Namun, banyak dari kejahatan tersebut tidak dilaporkan, katanya.

“Cukup tepat untuk mengatakan bahwa ada ribuan telepon yang dibuat untuk korban di AS, terutama dari Meksiko,” katanya.

Pekan lalu, seorang wanita asal Texas menjadi orang pertama di negara tersebut yang didakwa sehubungan dengan skema penculikan virtual. Yanette Rodriguez Acosta (34) dari Houston dikenai tuduhan penipuan virtual, berkomplot untuk melakukan penipuan kawat dan persekongkolan untuk mencuci uang. Dia menghadapi hukuman 20 tahun penjara untuk masing-masing 10 tuduhan jika terbukti bersalah.

Surat dakwaan tersebut menuduh bahwa Acosta dan rekan-rekannya menggunakan nomor telepon Meksiko untuk menghubungi orang-orang di Texas, California dan Idaho. Mereka diduga membodohi orang untuk memberi mereka puluhan ribu dolar baik berupa uang tunai atau transfer secara online.

Dalam beberapa kasus, para scammers memilih kode area dan melakukan cold call, dengan harapan bisa menangkap korban yang tidak menaruh curiga, kata beberapa pejabat. Di lain pihak, penjahat bisa menggunakan media sosial untuk mendapatkan nama anak dan fakta lain yang bisa digunakan untuk menakut-nakuti korban tertentu.

Dalam kasus Sobel, dia percaya bahwa penculik palsu mendapatkan suara putrinya, mungkin dari voicemail-nya, dan kemudian menirunya dengan cara tertentu. “Saya yakin hal itu nyata,” katanya.

Ketakutan akan keamanan anak bisa menimbulkan skeptisisme, kata pihak berwenang.

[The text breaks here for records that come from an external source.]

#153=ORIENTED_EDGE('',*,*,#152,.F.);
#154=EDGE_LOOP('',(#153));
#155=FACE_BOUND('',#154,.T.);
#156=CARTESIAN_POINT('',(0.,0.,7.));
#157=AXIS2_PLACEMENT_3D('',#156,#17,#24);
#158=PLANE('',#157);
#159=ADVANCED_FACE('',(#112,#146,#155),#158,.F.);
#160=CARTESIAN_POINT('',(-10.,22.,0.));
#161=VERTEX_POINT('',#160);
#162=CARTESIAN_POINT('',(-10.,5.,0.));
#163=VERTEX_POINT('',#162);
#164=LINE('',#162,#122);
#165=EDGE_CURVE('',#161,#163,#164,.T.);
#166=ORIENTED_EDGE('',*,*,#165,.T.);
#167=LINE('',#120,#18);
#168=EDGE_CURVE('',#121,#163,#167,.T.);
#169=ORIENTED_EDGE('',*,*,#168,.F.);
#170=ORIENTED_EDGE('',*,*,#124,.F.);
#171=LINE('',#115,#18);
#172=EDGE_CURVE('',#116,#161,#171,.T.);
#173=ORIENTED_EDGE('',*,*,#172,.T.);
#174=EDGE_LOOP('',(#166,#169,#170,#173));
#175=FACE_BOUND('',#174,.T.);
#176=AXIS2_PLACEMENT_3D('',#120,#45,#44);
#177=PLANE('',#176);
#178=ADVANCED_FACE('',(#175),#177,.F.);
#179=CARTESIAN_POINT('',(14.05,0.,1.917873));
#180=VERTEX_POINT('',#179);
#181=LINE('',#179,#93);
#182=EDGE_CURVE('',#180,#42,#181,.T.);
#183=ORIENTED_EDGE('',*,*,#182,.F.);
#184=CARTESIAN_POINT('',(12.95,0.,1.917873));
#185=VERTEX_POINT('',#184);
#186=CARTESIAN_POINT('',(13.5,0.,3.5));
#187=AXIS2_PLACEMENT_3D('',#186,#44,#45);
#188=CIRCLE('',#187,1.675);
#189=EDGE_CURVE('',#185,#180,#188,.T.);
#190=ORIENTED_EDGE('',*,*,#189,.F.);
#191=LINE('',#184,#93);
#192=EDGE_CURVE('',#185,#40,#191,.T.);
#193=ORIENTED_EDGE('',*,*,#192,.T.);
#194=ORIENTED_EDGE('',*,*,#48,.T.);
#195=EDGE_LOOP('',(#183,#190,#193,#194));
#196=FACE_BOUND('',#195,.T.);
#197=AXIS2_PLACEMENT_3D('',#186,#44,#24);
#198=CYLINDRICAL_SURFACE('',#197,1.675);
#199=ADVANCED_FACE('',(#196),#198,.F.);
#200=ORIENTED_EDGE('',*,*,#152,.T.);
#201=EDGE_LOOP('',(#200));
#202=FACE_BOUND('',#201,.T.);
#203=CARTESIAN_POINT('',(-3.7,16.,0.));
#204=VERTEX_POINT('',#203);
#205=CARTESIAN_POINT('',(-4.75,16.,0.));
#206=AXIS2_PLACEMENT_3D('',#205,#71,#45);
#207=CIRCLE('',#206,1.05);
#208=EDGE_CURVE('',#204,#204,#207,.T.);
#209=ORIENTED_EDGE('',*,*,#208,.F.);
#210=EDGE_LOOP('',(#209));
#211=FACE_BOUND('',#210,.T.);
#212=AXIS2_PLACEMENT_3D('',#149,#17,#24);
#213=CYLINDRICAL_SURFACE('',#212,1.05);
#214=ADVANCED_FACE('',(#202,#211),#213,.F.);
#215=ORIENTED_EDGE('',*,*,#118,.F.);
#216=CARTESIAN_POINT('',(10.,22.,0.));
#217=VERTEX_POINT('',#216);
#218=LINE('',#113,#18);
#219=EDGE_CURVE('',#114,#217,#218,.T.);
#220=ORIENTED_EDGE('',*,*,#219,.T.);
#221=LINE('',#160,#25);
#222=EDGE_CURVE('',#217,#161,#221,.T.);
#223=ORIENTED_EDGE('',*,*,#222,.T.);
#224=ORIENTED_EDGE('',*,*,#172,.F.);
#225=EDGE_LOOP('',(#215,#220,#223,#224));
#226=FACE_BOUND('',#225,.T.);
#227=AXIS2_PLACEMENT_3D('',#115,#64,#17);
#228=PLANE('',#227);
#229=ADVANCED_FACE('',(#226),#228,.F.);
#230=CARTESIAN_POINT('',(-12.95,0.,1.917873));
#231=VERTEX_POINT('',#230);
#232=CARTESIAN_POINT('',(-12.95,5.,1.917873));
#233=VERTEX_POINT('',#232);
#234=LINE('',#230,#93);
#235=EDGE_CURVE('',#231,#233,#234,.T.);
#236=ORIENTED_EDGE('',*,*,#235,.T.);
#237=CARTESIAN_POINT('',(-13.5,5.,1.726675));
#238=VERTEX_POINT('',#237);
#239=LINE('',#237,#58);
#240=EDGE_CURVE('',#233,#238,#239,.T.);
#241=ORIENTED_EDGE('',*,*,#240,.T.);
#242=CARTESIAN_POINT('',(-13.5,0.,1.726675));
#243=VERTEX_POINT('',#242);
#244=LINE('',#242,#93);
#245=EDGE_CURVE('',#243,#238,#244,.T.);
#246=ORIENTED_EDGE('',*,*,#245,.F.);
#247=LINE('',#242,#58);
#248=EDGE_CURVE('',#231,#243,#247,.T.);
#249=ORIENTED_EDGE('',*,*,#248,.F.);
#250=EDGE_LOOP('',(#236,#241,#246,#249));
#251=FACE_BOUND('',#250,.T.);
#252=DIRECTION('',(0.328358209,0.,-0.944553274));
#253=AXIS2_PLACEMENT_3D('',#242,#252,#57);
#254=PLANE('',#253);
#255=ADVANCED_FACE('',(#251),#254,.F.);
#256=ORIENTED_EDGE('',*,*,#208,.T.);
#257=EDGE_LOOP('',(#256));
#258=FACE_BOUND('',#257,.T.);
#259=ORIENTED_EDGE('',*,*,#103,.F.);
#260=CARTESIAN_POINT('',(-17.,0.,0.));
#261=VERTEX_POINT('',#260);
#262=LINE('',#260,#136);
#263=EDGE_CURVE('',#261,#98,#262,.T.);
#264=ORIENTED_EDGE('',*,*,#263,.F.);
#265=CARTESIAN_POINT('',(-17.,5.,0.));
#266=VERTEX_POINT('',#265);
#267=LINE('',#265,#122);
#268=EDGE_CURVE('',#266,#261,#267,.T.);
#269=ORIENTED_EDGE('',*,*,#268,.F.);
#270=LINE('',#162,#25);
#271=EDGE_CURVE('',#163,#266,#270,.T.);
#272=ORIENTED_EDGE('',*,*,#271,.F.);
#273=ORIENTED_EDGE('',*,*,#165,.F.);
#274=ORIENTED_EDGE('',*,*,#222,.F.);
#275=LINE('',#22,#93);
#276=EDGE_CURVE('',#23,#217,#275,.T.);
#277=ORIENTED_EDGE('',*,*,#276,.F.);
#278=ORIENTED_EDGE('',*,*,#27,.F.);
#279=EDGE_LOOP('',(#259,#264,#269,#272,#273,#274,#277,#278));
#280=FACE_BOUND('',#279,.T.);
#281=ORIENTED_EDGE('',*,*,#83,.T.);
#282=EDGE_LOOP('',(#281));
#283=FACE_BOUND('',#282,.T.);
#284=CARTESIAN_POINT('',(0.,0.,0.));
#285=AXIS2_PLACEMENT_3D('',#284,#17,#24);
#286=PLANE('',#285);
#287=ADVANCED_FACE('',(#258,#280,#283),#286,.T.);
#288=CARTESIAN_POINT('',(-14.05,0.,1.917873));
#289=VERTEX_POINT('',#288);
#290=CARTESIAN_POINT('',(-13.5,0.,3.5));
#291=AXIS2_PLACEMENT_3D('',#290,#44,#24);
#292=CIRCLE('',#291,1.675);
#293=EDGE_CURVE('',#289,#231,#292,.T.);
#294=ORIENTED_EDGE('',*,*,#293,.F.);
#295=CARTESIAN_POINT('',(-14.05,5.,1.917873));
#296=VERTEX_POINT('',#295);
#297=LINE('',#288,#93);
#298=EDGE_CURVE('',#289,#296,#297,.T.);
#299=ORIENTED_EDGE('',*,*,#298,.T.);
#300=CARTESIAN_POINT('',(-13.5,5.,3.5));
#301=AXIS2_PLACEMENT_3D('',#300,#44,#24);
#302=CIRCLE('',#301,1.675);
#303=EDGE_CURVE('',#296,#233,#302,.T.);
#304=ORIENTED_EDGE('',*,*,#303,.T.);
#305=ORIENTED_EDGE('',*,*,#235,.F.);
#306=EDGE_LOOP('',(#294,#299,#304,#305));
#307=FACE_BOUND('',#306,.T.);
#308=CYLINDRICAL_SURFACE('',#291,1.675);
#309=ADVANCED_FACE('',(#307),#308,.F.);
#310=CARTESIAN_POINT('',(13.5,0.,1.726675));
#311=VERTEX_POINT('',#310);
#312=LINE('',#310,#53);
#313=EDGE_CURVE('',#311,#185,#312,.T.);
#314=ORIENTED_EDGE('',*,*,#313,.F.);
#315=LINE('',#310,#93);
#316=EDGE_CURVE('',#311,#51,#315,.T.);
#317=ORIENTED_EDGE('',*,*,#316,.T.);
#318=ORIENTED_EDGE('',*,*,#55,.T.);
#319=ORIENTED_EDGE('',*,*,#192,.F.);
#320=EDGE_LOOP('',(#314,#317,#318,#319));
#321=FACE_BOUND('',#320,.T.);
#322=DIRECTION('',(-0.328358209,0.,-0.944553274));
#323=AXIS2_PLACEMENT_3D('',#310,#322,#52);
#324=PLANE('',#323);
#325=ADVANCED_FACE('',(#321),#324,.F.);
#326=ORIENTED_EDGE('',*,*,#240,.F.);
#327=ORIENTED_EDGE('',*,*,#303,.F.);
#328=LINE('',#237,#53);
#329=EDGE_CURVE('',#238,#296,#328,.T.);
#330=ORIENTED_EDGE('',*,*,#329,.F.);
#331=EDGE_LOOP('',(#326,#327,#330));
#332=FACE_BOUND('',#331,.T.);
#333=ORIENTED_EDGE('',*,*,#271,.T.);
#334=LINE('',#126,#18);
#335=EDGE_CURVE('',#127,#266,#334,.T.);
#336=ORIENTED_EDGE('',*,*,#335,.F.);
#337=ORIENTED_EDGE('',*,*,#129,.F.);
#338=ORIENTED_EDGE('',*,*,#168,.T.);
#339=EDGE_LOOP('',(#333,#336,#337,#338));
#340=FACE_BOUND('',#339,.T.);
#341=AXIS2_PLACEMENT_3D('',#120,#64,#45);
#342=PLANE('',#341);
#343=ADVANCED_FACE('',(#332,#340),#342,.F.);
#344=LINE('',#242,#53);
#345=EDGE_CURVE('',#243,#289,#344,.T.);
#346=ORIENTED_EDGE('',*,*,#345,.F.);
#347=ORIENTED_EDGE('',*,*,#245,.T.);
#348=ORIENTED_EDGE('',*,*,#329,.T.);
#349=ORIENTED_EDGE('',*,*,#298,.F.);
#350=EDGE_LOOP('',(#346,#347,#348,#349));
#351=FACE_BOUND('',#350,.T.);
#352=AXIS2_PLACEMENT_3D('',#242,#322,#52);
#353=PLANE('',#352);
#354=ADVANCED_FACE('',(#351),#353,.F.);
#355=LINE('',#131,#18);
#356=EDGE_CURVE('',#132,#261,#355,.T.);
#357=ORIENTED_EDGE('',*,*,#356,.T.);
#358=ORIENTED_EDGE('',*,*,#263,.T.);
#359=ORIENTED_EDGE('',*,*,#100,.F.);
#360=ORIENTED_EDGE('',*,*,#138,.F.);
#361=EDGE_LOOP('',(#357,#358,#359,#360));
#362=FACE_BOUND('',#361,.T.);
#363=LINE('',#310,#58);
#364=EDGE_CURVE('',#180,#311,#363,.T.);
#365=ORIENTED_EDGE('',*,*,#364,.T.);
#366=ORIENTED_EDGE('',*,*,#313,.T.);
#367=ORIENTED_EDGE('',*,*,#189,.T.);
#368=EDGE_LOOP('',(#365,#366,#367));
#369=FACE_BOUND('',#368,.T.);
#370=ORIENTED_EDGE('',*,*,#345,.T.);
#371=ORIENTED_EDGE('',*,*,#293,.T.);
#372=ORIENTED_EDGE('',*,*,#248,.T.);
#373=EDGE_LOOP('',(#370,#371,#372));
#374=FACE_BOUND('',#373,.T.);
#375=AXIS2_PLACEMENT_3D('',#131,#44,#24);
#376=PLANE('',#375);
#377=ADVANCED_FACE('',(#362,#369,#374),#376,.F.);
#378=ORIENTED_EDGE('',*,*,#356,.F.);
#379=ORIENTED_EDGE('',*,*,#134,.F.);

Bahkan anggota Kepolisian Los Angeles Sgt. O.C. Smith pernah menjadi korban. Smith mengatakan bahwa dia menerima panggilan di ponselnya sekitar dua tahun yang lalu saat mengemudi di jalan tol.

“Ada seorang wanita berteriak ‘Ayah, Ayah tolong, saya berada di sebuah van, saya dibawa ke suatu tempat!’” kata Smith.

Meskipun dia tidak mengenali suaranya, Smith mengatakan bahwa dia tidak dapat mengabaikan risiko bahwa itu adalah putrinya. Penelepon mengancam untuk “menembakkan peluru di bagian belakang kepalanya” jika dia tidak membayar uang tebusan, kata Smith.

Dia mengatakan bahwa tuntutan tebusan palsu tersebut turun dari $ 1 juta menjadi hanya $ 350, meskipun pada akhirnya dia tidak pernah membayar. Saat berada di telepon bersama mereka, dia berhasil mencapai Torrance, California, dan meminta petugas polisi memastikan bahwa anak-anaknya aman di sekolah.

Kejadian penculikan virtual tersebut memang banyak dilaporkan di Amerika Serikat, tapi bukan tak mungkin hal serupa juga akan terjadi di Indonesia. Sebaiknya kita tetap waspada.